We used the climbing assay, which is a behavior that measures motor strength and coordination in adult flies. Briefly, when flies are placed on a vial, their innate behavior is to attempt to climb to the top of the vial, which is a behavior called negative geotaxis. A sensitized version of the negative geotaxis assay that allows for earlier detection of milder defects over time was used according to ref 22 (see Figure 4A).

Figure 4.

nTRD22 mitigates motor defects in a Drosophila model of ALS overexpressing TDP-43. (A) Principle of the sensitized version of the negative geotaxis assay.²² Flies are transferred without anesthesia to a wax-sealed glass graduated cylinder. Flies are tapped to the bottom, and their subsequent climbing activity is quantified for 2 min. The number of flies crossing the target line (red) at each time point chosen (every 10 s) is recorded. (B) Fly food supplemented with nTRD22 (50 μM) resulted in increased motor performance, compared to naïve or DMSO-treated flies (n = 60, (****) p < 0.0001, two-way ANOVA).

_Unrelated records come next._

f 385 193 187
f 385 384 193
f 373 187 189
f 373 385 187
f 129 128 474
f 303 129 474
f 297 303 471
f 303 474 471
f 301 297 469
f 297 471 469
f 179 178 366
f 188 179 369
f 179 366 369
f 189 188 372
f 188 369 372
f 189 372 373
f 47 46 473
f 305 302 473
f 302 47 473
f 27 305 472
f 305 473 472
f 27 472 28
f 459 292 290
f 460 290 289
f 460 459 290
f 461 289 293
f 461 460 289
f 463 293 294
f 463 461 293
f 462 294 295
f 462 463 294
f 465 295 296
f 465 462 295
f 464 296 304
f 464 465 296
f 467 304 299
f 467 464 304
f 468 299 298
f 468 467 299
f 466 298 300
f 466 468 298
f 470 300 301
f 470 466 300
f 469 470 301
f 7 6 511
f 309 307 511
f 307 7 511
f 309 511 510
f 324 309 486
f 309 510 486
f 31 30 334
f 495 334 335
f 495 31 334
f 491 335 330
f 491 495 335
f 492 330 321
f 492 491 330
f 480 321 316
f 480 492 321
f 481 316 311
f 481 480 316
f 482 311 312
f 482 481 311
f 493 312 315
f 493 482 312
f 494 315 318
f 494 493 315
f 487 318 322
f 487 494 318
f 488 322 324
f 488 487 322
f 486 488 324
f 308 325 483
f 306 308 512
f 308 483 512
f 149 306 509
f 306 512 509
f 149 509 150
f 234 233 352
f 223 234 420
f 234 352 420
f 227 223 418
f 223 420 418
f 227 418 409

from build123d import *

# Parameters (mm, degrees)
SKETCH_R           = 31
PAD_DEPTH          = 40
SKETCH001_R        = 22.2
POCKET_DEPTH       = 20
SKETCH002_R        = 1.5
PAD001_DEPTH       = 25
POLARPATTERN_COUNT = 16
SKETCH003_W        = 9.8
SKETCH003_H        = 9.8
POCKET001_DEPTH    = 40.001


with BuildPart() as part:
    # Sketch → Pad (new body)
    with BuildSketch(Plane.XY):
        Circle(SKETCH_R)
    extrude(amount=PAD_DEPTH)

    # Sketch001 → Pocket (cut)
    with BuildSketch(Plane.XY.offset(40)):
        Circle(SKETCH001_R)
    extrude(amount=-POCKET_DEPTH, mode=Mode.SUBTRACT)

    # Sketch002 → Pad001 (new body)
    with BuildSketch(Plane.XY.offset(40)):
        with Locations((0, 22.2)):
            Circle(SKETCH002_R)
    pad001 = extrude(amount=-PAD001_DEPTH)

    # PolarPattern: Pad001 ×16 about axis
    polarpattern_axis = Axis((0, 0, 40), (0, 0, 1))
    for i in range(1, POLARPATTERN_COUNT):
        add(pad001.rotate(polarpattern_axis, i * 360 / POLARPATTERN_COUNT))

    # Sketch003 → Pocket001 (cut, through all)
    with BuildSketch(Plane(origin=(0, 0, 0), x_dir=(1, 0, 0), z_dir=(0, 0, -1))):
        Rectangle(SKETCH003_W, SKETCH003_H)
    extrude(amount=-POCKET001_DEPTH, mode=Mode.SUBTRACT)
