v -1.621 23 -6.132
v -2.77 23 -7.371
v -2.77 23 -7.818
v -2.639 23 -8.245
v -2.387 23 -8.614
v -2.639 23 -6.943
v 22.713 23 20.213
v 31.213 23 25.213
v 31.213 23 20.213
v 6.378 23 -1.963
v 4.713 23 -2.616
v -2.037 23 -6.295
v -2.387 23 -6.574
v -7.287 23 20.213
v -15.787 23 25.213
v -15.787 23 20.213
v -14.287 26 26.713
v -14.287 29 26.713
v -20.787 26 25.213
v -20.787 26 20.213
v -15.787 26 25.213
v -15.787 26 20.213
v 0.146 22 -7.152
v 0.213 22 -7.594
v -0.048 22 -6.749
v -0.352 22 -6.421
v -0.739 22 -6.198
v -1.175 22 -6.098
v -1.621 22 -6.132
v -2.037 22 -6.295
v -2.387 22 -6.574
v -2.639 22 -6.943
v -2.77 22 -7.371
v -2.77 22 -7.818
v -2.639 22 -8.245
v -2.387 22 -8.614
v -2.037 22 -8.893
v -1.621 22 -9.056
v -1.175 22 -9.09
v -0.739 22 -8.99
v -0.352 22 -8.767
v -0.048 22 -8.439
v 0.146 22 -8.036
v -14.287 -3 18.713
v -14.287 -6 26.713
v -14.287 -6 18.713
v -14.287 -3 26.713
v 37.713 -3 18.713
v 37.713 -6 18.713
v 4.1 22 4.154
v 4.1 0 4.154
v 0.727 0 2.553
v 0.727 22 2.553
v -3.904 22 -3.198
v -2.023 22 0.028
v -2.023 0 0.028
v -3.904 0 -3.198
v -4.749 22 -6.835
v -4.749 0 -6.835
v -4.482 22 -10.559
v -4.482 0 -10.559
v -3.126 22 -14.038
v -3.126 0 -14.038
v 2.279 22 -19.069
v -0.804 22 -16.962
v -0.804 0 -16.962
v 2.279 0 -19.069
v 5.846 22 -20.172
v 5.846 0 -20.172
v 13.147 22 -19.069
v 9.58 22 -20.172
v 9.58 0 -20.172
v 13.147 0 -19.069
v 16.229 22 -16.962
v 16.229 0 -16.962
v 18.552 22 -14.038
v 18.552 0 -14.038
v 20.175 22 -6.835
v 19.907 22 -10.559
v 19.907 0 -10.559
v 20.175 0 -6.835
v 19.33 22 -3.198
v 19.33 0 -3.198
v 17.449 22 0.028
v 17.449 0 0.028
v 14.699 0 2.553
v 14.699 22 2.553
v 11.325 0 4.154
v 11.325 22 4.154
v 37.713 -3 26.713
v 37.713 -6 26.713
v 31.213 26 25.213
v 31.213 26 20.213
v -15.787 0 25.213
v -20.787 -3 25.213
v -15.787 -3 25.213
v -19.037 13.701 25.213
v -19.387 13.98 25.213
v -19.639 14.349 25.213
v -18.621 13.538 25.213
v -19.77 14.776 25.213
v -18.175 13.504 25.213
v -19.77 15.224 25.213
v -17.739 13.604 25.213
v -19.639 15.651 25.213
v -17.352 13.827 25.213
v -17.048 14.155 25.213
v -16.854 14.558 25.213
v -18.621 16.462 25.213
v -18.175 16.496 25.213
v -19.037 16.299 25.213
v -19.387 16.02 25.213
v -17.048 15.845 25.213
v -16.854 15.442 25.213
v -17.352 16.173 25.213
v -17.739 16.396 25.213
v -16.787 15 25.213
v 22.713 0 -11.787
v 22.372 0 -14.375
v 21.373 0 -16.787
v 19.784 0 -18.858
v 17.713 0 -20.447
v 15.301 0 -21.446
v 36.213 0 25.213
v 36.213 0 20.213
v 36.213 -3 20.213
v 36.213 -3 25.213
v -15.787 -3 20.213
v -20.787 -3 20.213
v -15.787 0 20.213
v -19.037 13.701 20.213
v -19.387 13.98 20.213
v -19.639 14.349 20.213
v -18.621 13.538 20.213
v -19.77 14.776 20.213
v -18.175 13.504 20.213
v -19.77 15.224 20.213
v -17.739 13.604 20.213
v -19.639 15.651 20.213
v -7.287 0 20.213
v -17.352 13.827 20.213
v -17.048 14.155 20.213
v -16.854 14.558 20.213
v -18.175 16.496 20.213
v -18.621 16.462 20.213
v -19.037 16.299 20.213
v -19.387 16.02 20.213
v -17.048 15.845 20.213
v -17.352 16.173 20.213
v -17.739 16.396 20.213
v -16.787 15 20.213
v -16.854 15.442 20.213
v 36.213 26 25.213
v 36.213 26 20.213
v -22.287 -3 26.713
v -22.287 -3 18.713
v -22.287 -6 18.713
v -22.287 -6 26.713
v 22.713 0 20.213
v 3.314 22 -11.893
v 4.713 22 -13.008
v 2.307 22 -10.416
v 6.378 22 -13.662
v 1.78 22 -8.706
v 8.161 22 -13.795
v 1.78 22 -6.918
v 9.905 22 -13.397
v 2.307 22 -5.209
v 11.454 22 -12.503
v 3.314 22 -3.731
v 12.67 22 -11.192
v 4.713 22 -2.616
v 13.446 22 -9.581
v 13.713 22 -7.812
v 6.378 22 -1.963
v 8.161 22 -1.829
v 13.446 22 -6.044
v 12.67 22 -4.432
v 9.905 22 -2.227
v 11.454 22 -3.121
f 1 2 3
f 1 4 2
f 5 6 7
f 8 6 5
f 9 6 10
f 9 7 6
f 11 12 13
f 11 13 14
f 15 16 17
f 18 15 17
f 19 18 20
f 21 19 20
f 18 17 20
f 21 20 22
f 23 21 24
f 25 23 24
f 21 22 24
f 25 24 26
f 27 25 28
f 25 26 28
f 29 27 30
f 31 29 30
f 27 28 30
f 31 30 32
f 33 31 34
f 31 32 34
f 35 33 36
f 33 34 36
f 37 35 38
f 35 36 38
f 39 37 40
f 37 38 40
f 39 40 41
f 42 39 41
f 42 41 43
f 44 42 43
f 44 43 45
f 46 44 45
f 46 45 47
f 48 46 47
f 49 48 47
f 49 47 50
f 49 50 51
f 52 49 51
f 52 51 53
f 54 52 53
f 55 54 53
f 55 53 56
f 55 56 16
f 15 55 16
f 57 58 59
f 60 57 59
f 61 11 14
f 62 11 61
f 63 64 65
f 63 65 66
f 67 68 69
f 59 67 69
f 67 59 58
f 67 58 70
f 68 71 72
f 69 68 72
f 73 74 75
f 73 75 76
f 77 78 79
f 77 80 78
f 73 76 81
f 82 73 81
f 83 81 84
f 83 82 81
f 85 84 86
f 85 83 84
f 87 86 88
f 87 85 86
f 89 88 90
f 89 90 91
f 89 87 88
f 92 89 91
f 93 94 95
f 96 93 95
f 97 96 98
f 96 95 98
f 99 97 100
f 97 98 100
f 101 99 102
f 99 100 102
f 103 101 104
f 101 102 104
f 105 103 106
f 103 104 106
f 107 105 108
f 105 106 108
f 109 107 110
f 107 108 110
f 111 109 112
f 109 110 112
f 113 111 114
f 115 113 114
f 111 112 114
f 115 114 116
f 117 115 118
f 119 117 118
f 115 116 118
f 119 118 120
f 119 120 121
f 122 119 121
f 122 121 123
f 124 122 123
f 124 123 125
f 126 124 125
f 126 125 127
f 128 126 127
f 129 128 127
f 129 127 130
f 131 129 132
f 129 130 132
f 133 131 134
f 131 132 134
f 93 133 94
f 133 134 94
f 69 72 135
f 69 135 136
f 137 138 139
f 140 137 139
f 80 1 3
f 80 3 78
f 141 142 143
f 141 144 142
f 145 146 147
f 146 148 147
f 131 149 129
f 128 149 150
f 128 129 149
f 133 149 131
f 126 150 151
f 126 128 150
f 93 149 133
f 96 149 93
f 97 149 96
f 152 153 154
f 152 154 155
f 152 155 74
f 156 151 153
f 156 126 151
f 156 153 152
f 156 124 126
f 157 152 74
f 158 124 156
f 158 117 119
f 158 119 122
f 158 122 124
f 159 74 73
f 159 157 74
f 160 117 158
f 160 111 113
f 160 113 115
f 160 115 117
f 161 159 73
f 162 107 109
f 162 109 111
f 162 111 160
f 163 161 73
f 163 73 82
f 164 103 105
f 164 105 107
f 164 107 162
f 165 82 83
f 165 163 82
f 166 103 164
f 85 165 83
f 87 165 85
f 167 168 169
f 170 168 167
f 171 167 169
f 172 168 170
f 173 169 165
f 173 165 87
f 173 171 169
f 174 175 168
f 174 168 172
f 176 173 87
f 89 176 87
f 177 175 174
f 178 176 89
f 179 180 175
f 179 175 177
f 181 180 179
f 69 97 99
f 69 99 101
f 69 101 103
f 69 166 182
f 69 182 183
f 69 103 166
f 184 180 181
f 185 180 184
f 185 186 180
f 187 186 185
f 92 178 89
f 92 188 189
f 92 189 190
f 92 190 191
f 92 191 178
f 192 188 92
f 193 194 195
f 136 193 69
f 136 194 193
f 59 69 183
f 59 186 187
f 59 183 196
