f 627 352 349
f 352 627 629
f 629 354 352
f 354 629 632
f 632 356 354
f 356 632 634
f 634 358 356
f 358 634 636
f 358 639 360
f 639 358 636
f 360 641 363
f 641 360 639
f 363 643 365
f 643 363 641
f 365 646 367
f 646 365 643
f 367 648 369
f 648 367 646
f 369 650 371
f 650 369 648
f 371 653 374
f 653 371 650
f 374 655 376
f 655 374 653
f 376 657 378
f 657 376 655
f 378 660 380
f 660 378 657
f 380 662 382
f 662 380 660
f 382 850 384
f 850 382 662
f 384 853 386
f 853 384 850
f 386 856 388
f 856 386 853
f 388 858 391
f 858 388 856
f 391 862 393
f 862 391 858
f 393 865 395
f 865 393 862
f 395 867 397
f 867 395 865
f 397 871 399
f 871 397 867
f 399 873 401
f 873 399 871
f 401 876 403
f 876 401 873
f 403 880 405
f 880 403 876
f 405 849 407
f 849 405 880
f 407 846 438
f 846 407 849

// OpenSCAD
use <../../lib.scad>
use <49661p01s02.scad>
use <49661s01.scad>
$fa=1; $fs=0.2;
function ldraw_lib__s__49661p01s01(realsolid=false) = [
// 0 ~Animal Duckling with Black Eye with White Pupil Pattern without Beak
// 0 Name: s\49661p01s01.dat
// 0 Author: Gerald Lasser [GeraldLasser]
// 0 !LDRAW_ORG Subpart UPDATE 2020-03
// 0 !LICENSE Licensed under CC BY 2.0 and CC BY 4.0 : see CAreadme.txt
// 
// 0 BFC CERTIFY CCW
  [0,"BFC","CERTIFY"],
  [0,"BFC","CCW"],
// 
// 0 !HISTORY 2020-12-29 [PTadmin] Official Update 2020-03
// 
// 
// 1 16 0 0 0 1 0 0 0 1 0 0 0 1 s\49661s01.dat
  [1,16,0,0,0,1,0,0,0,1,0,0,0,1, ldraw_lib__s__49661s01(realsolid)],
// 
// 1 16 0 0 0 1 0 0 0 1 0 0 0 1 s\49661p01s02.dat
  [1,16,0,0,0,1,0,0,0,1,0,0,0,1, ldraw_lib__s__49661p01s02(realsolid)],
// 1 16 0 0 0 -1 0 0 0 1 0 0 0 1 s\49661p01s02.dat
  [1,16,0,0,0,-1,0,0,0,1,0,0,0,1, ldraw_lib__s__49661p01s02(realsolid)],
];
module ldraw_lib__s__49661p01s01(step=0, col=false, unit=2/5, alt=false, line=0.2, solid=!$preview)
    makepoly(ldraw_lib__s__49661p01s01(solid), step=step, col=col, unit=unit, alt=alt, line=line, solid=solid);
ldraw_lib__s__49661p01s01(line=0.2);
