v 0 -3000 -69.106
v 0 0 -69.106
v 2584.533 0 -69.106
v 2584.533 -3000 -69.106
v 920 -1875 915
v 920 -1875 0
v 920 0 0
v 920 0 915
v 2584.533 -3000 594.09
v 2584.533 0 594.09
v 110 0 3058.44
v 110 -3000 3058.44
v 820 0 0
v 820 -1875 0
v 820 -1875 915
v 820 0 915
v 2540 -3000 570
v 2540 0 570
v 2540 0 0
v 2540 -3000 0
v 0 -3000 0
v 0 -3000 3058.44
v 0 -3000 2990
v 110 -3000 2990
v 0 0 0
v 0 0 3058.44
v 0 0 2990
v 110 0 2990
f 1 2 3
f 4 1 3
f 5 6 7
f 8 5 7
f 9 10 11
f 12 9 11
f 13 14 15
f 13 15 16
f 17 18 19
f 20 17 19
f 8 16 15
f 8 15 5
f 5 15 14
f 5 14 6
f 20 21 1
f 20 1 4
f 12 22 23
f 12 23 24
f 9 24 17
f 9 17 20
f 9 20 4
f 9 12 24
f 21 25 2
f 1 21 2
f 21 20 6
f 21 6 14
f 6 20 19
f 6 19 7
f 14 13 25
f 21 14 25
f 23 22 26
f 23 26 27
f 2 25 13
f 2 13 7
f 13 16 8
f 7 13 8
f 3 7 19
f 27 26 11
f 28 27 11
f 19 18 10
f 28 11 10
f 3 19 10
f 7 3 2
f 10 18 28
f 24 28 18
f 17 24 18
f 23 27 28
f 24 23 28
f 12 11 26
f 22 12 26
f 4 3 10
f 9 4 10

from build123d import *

# Parameters (mm, degrees)
F1_DEPTH = 3000
F2_W     = 100
F2_H     = 1875
F3_DEPTH = 915


with BuildPart() as f1:
    # F0 (on Front) → F1 (new body)
    with BuildSketch(Plane.XZ):
        Polygon((2540, 0), (0, 0), (0, -69.106162), (2584.532759, -69.106162), (2584.532759, 594.090235), (110, 3058.439732), (0, 3058.439732), (0, 2990), (110, 2990), (2540, 570), align=None)
    extrude(amount=F1_DEPTH)

    # F2 (on face) → F3 (join)
    with BuildSketch(Plane.XY):
        with Locations((870, -937.5)):
            Rectangle(F2_W, F2_H)
    extrude(amount=F3_DEPTH)


solid = f1.part
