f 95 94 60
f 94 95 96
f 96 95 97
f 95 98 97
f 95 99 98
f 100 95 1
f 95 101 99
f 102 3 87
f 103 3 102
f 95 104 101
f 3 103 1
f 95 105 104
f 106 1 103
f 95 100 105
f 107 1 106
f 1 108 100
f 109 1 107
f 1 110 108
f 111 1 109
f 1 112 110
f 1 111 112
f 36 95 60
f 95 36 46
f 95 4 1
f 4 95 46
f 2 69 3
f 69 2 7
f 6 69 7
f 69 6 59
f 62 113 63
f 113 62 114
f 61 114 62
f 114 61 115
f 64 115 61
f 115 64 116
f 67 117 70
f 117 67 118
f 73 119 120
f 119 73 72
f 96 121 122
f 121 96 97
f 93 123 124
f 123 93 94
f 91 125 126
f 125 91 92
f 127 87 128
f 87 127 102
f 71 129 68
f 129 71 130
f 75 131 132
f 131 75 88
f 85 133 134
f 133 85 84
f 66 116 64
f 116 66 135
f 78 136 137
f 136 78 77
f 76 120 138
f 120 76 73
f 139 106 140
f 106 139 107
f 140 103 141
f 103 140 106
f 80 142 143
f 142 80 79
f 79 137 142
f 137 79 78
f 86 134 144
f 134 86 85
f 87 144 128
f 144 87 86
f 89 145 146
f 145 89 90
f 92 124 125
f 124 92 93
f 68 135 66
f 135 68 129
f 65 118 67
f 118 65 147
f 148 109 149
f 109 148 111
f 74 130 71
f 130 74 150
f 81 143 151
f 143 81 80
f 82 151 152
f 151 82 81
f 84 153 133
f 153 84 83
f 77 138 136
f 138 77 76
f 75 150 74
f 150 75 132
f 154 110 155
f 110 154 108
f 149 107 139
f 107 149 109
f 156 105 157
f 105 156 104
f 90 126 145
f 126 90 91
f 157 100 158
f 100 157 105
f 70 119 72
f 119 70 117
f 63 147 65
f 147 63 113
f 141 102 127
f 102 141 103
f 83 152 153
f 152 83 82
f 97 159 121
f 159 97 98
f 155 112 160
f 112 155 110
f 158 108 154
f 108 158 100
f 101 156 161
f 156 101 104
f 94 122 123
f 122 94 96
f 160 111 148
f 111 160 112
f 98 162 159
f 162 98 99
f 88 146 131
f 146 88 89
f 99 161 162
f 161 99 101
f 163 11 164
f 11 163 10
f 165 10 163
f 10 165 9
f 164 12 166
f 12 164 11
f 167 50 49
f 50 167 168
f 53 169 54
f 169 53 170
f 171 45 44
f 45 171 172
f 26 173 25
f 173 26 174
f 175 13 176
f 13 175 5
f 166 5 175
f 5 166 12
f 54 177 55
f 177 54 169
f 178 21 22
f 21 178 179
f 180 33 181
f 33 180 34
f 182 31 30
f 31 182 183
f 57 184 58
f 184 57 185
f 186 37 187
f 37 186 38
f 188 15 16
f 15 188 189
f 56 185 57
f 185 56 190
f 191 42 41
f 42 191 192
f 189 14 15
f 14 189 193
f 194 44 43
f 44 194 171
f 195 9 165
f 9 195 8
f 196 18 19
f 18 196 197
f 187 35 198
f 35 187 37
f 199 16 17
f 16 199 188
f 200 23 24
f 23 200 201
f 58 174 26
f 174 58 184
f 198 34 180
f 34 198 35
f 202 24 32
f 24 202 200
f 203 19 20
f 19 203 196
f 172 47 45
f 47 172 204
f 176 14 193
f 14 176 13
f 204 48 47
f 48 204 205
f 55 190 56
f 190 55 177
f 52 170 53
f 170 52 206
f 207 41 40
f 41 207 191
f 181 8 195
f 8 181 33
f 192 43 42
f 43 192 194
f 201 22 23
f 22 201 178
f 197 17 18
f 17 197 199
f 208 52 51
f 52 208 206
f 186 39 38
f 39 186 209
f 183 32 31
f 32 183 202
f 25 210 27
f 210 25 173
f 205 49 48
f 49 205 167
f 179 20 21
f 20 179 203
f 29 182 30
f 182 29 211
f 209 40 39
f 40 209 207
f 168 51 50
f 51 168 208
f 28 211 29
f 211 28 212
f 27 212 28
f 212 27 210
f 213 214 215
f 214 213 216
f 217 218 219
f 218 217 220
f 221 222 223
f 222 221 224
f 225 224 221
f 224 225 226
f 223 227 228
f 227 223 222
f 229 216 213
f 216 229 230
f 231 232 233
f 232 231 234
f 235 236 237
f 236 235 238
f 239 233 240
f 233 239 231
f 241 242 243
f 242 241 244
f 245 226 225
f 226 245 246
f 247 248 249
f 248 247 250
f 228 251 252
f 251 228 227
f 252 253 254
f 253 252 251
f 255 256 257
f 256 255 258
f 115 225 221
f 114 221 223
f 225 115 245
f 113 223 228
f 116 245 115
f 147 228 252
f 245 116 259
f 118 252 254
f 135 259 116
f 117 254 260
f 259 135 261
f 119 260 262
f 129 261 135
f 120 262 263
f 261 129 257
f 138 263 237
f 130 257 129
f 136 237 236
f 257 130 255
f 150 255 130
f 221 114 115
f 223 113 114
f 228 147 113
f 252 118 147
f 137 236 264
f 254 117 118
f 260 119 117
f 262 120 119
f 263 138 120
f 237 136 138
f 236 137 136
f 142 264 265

Flies expressing TDP-43 in motor neurons using the GAL4-UAS bipartite expression system exhibited locomotor defects in negative geotaxis (Figure 4 and Supplementary Figure 8 in the Supporting Information). nTRD22 was significantly able to rescue climbing defects compared to DMSO-treated or naive flies (Figure 4B). This rescue effect was increased in aged flies (see Supplementary Figure 8).

This study illustrates that the ability of nTRD22 to modulate TDP-43 RNA binding in vitro has neuroprotective properties in a Drosophila model of ALS. However, the exact mechanism by which the compound modulates TDP-43 binding to RNA is still unclear. We hypothesized that nTRD22 could influence residues important in RNA binding and allosterically modulate the RRM domain by (i) disrupting the binding of NTD to the RRM1 domain, leading to a modification of an open/closed conformation suggested in ref 23 or (ii) modifying the orientation of RRM1 and RRM2 toward each other, as previously discussed,¹⁹ or (iii) stabilizing a RNA-free form of TDP-43. The first hypothesis was tested by measuring chemical shift perturbations using 2D ¹⁵N-HSQC NMR. The NTD portion of TDP-43, residues 1–102, was added to TDP-43_102–269 in a NTD: TDP-43_102–269 molar ratio of 8:1. Data showed few significant perturbations related to NTD interacting with RRM domain (Supplementary Figure 9 in the Supporting Information). Hence, we do not think there is significant interaction between TDP-43 NTD and the RRM. Unless the loop region between NTD and the RRM domains influence binding, as this was not included in this experiment. Therefore, all hypotheses remain open to further investigation.

The compound nTRD22 offers new opportunities as a tool to further study allostery within TDP-43 and validate reduction of RNA binding by chemical modulation as a possible neuroprotective avenue. Furthermore, nTRD22, by its unique property of allosteric modulation, makes it possible to target TDP-43 with potentially less off-targeting of RRM domains, which are present in other RNA-binding proteins.